I'm reading Davidson's book C* Algebras by Example.in the proof of the irrational rotational algebra has unique trace. he define a automorphism:
$$\rho_{\lambda,\mu}(U)=\lambda U, \rho_{\lambda,\mu}(V)=\mu V, $$ where $U,V$ are the generator of the irrational rotational algebra. then define two maps: $$\Phi_{1}(A)=\int_{0}^{1}{\rho_{1,e^{2\pi it}}(A)}dt,\Phi_{2}(A)=\int_{0}^{1}{\rho_{e^{2\pi it,1}}(A)}dt$$ then we can prove that $$\Phi_{1} (\sum_{k,l}{a_{k,l}U^{k}V^{l}})=\sum_{k}{a_{k,0} U^{k}} $$ in the book it says ''If $A$ is positive and non-zero,then $\rho_{1,e^{2\pi it}}(A)$ is positive and nonzero for all $t$. thus the integral $\Phi(A)$ is positive and nonzero. Hence $\Phi_{1}$ is positive and faithful.'' I agree that $\Phi_{1}$ is positive, but how can it be faithful since $\Phi_{1}(V)=0$ by the above formula?

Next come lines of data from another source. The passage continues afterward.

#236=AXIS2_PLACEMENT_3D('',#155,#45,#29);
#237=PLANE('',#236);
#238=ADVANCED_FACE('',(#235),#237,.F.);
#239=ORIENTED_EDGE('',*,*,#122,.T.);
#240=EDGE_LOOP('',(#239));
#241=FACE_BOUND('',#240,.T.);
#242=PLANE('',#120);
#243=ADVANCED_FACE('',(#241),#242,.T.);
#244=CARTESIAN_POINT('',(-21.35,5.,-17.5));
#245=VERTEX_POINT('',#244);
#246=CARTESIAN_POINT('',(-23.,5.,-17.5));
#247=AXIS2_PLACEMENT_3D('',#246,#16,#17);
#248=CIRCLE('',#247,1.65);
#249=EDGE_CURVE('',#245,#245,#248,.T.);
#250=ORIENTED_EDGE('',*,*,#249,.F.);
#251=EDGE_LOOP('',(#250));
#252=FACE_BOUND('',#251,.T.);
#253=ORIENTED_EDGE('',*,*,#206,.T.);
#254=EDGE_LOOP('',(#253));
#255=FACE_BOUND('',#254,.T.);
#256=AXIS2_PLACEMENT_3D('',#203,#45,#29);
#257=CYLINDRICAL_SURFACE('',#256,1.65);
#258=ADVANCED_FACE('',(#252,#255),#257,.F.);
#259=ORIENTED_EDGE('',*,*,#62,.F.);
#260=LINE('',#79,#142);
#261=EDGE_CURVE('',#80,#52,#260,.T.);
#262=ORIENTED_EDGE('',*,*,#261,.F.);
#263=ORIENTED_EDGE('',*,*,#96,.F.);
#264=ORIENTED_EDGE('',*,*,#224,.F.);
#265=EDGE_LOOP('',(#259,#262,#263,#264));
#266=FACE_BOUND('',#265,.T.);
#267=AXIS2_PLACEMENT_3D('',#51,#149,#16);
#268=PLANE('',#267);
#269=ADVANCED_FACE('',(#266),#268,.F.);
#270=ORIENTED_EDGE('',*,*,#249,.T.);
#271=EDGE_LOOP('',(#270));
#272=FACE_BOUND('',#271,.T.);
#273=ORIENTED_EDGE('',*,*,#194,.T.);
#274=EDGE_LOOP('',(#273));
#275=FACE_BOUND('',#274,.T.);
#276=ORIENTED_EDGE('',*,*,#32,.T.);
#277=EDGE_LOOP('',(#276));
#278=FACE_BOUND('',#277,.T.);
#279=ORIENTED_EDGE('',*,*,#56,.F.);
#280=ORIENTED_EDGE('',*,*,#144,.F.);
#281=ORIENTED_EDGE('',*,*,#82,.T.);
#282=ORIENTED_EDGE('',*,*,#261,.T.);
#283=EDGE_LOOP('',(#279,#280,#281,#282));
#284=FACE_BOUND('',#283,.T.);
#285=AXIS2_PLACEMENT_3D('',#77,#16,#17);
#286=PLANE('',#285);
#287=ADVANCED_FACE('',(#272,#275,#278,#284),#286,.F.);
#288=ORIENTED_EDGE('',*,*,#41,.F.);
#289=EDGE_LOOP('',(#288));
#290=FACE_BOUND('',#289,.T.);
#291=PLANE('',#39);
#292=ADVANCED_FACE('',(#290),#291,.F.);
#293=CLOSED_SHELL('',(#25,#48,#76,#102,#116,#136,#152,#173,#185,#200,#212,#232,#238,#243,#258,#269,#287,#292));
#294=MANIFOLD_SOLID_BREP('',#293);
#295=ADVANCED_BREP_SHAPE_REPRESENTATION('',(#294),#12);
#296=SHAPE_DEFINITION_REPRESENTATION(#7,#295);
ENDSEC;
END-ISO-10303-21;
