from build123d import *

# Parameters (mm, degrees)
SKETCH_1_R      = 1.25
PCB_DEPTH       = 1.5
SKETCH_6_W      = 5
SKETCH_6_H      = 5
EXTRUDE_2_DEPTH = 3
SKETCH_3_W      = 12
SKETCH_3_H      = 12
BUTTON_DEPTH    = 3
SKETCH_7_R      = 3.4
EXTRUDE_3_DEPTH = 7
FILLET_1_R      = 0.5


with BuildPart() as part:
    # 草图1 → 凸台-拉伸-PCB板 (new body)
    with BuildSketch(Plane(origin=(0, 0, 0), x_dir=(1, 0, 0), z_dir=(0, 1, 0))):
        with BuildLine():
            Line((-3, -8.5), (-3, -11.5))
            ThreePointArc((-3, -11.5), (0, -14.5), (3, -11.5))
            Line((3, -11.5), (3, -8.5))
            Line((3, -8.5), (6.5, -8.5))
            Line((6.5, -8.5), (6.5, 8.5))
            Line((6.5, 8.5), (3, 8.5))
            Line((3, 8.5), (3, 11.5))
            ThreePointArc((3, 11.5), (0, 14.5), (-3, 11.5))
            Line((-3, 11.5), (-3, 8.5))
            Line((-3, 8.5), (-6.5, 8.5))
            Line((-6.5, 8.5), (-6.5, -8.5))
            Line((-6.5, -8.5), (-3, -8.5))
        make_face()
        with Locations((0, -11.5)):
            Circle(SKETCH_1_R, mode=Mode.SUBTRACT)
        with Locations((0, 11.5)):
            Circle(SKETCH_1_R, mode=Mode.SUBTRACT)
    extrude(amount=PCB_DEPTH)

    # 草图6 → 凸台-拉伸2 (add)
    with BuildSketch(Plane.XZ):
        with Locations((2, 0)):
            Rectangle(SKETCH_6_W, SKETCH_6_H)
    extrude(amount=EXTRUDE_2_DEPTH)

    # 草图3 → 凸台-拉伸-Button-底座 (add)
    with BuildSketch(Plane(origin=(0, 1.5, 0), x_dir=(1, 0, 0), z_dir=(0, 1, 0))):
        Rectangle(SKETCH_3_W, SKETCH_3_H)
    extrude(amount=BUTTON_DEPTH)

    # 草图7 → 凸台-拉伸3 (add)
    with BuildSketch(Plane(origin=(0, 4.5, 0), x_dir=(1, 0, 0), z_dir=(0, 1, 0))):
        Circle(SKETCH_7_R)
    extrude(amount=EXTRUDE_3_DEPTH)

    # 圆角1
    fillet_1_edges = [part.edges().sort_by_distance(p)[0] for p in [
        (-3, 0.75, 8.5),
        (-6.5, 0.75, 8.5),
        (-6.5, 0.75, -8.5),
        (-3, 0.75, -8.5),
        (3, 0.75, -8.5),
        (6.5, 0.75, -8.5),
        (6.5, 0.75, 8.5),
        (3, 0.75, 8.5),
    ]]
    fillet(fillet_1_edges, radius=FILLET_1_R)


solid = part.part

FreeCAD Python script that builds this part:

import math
import FreeCAD as App
import Part
import Sketcher

V = App.Vector
Q = App.Units.Quantity


def edges_at(feature, points):
    """Names of the edges that pass closest to the given points."""
    edges = feature.Shape.Edges
    near = lambda p: min(range(len(edges)), key=lambda i: edges[i].distToShape(Part.Vertex(*p))[0])
    return sorted({f"Edge{near(p) + 1}" for p in points})

doc = App.newDocument("Part")
body = doc.addObject("PartDesign::Body", "Body")

# Sketch on XZ plane
sketch1 = body.newObject("Sketcher::SketchObject", "Sketch")
sketch1.AttachmentSupport = (doc.getObject("XZ_Plane"), [""])
sketch1.MapMode = "FlatFace"
sketch1.addGeometry(Part.LineSegment(V(-3, 8.5, 0), V(-3, 11.5, 0)), False)
sketch1.addGeometry(Part.ArcOfCircle(Part.Circle(V(0, 11.5, 0), V(0, 0, 1), 3), math.radians(0), math.radians(180)), False)
sketch1.addGeometry(Part.LineSegment(V(3, 11.5, 0), V(3, 8.5, 0)), False)
sketch1.addGeometry(Part.LineSegment(V(3, 8.5, 0), V(6.5, 8.5, 0)), False)
sketch1.addGeometry(Part.LineSegment(V(6.5, 8.5, 0), V(6.5, -8.5, 0)), False)
sketch1.addGeometry(Part.LineSegment(V(6.5, -8.5, 0), V(3, -8.5, 0)), False)
sketch1.addGeometry(Part.LineSegment(V(3, -8.5, 0), V(3, -11.5, 0)), False)
sketch1.addGeometry(Part.ArcOfCircle(Part.Circle(V(0, -11.5, 0), V(0, 0, 1), 3), math.radians(180), math.radians(360)), False)
sketch1.addGeometry(Part.LineSegment(V(-3, -11.5, 0), V(-3, -8.5, 0)), False)
sketch1.addGeometry(Part.LineSegment(V(-3, -8.5, 0), V(-6.5, -8.5, 0)), False)
sketch1.addGeometry(Part.LineSegment(V(-6.5, -8.5, 0), V(-6.5, 8.5, 0)), False)
sketch1.addGeometry(Part.LineSegment(V(-6.5, 8.5, 0), V(-3, 8.5, 0)), False)
sketch1.addGeometry(Part.Circle(V(0, 11.5, 0), V(0, 0, 1), 1.2), False)
sketch1.addGeometry(Part.Circle(V(0, -11.5, 0), V(0, 0, 1), 1.2), False)
sketch1.addConstraint(Sketcher.Constraint("Tangent", 0, 2, 1, 2))
sketch1.addConstraint(Sketcher.Constraint("Tangent", 1, 1, 2, 1))
sketch1.addConstraint(Sketcher.Constraint("Coincident", 2, 2, 3, 1))
sketch1.addConstraint(Sketcher.Constraint("Coincident", 3, 2, 4, 1))
sketch1.addConstraint(Sketcher.Constraint("Coincident", 4, 2, 5, 1))
sketch1.addConstraint(Sketcher.Constraint("Coincident", 5, 2, 6, 1))
sketch1.addConstraint(Sketcher.Constraint("Tangent", 6, 2, 7, 2))
sketch1.addConstraint(Sketcher.Constraint("Tangent", 7, 1, 8, 1))
sketch1.addConstraint(Sketcher.Constraint("Coincident", 8, 2, 9, 1))
sketch1.addConstraint(Sketcher.Constraint("Coincident", 9, 2, 10, 1))
sketch1.addConstraint(Sketcher.Constraint("Coincident", 10, 2, 11, 1))
sketch1.addConstraint(Sketcher.Constraint("Coincident", 11, 2, 0, 1))
sketch1.addConstraint(Sketcher.Constraint("Vertical", 0))
sketch1.addConstraint(Sketcher.Constraint("Vertical", 2))
sketch1.addConstraint(Sketcher.Constraint("Horizontal", 3))
sketch1.addConstraint(Sketcher.Constraint("Vertical", 4))
sketch1.addConstraint(Sketcher.Constraint("Horizontal", 5))
sketch1.addConstraint(Sketcher.Constraint("Vertical", 6))
sketch1.addConstraint(Sketcher.Constraint("Vertical", 8))
sketch1.addConstraint(Sketcher.Constraint("Horizontal", 9))
sketch1.addConstraint(Sketcher.Constraint("Vertical", 10))
sketch1.addConstraint(Sketcher.Constraint("Horizontal", 11))
sketch1.addConstraint(Sketcher.Constraint("Coincident", 12, 3, 1, 3))
sketch1.addConstraint(Sketcher.Constraint("Coincident", 13, 3, 7, 3))
sketch1.addConstraint(Sketcher.Constraint("Equal", 1, 7))
sketch1.addConstraint(Sketcher.Constraint("Equal", 12, 13))
sketch1.addConstraint(Sketcher.Constraint("Symmetric", 1, 3, 7, 3, -1, 1))
sketch1.addConstraint(Sketcher.Constraint("Symmetric", 3, 2, 9, 2, -1, 1))
sketch1.addConstraint(Sketcher.Constraint("Symmetric", 5, 2, 8, 2, -2))
sketch1.addConstraint(Sketcher.Constraint("Horizontal", 3, 2, 10, 2))
sketch1.addConstraint(Sketcher.Constraint("Radius", 1, Q("3 mm")))
sketch1.addConstraint(Sketcher.Constraint("Diameter", 12, Q("2.5 mm")))
sketch1.addConstraint(Sketcher.Constraint("DistanceY", 0, 1, 0, 2, Q("3 mm")))
sketch1.addConstraint(Sketcher.Constraint("DistanceY", 4, 2, 4, 1, Q("17 mm")))
sketch1.addConstraint(Sketcher.Constraint("DistanceX", 3, 1, 3, 2, Q("3.5 mm")))
pad1 = body.newObject("PartDesign::Pad", "Pad")
pad1.Profile = sketch1
pad1.Length = 1.5
pad1.Reversed = True

# Sketch on XZ plane
sketch2 = body.newObject("Sketcher::SketchObject", "Sketch001")
sketch2.AttachmentSupport = (doc.getObject("XZ_Plane"), [""])
sketch2.MapMode = "FlatFace"
sketch2.addGeometry(Part.LineSegment(V(0, 2, 0), V(0, -2, 0)), False)
sketch2.addGeometry(Part.LineSegment(V(0, -2, 0), V(4, -2, 0)), False)
sketch2.addGeometry(Part.LineSegment(V(4, -2, 0), V(4, 2, 0)), False)
sketch2.addGeometry(Part.LineSegment(V(4, 2, 0), V(0, 2, 0)), False)
sketch2.addConstraint(Sketcher.Constraint("Coincident", 0, 2, 1, 1))
sketch2.addConstraint(Sketcher.Constraint("Coincident", 1, 2, 2, 1))
sketch2.addConstraint(Sketcher.Constraint("Coincident", 2, 2, 3, 1))
sketch2.addConstraint(Sketcher.Constraint("Coincident", 3, 2, 0, 1))
sketch2.addConstraint(Sketcher.Constraint("Vertical", 0))
sketch2.addConstraint(Sketcher.Constraint("Horizontal", 1))
sketch2.addConstraint(Sketcher.Constraint("Vertical", 2))
sketch2.addConstraint(Sketcher.Constraint("Horizontal", 3))
sketch2.addConstraint(Sketcher.Constraint("Equal", 3, 0))
sketch2.addConstraint(Sketcher.Constraint("DistanceX", 1, 1, 1, 2, Q("5 mm")))
sketch2.addConstraint(Sketcher.Constraint("DistanceX", 0, 2, -1, 1, Q("0.5 mm")))
sketch2.addConstraint(Sketcher.Constraint("DistanceY", 0, 2, -1, 1, Q("2.5 mm")))
pad2 = body.newObject("PartDesign::Pad", "Pad001")
pad2.Profile = sketch2
pad2.Length = 3

# Sketch on XZ plane
sketch3 = body.newObject("Sketcher::SketchObject", "Sketch002")
sketch3.AttachmentSupport = (doc.getObject("XZ_Plane"), [""])
sketch3.MapMode = "FlatFace"
sketch3.AttachmentOffset = App.Placement(V(0, 0, -1.5), App.Rotation())
sketch3.addGeometry(Part.LineSegment(V(-6, -6, 0), V(-6, 6, 0)), False)
sketch3.addGeometry(Part.LineSegment(V(-6, 6, 0), V(6, 6, 0)), False)
sketch3.addGeometry(Part.LineSegment(V(6, 6, 0), V(6, -6, 0)), False)
sketch3.addGeometry(Part.LineSegment(V(6, -6, 0), V(-6, -6, 0)), False)
sketch3.addConstraint(Sketcher.Constraint("Coincident", 0, 2, 1, 1))
sketch3.addConstraint(Sketcher.Constraint("Coincident", 1, 2, 2, 1))
sketch3.addConstraint(Sketcher.Constraint("Coincident", 2, 2, 3, 1))
sketch3.addConstraint(Sketcher.Constraint("Coincident", 3, 2, 0, 1))
sketch3.addConstraint(Sketcher.Constraint("Vertical", 0))
sketch3.addConstraint(Sketcher.Constraint("Horizontal", 1))
sketch3.addConstraint(Sketcher.Constraint("Vertical", 2))
sketch3.addConstraint(Sketcher.Constraint("Horizontal", 3))
sketch3.addConstraint(Sketcher.Constraint("Symmetric", 0, 2, 2, 2, -1, 1))
sketch3.addConstraint(Sketcher.Constraint("Equal", 3, 0))
sketch3.addConstraint(Sketcher.Constraint("DistanceX", 1, 1, 1, 2, Q("12 mm")))
pad3 = body.newObject("PartDesign::Pad", "Pad002")
pad3.Profile = sketch3
pad3.Length = 3
pad3.Reversed = True

# Sketch on XZ plane
sketch4 = body.newObject("Sketcher::SketchObject", "Sketch003")
sketch4.AttachmentSupport = (doc.getObject("XZ_Plane"), [""])
sketch4.MapMode = "FlatFace"
sketch4.AttachmentOffset = App.Placement(V(0, 0, -4.5), App.Rotation())
sketch4.addGeometry(Part.Circle(V(0, 0, 0), V(0, 0, 1), 3.4), False)
sketch4.addConstraint(Sketcher.Constraint("Coincident", 0, 3, -1, 1))
sketch4.addConstraint(Sketcher.Constraint("Diameter", 0, Q("6.8 mm")))
pad4 = body.newObject("PartDesign::Pad", "Pad003")
pad4.Profile = sketch4
pad4.Length = 7
pad4.Reversed = True
doc.recompute()

fillet = body.newObject("PartDesign::Fillet", "Fillet")
fillet.Base = (pad4, edges_at(pad4, [
    (-3, 0.75, 8.5),
    (-6.5, 0.75, 8.5),
    (-6.5, 0.75, -8.5),
    (-3, 0.75, -8.5),
    (3, 0.75, -8.5),
    (6.5, 0.75, -8.5),
    (6.5, 0.75, 8.5),
    (3, 0.75, 8.5),
]))
fillet.Radius = 0.5

doc.recompute()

Faithful means "nonzero on positive elements". Here $V$ is a unitary distinct from the identity, so it is not positive.
The situation is no different than that for the trace in $M_2(\mathbb C)$, which is faithful, while $\operatorname{Tr}(V)=0$ when $V$ is, for instance, $$ \begin{bmatrix} 1&0\\0&-1\end{bmatrix},\ \ \ \begin{bmatrix} 0&1\\ 1&0\end{bmatrix},\ \ \text{ or }\ \ \begin{bmatrix} 1/\sqrt2&1/\sqrt2\\ 1/\sqrt2&-1\sqrt2\end{bmatrix}. $$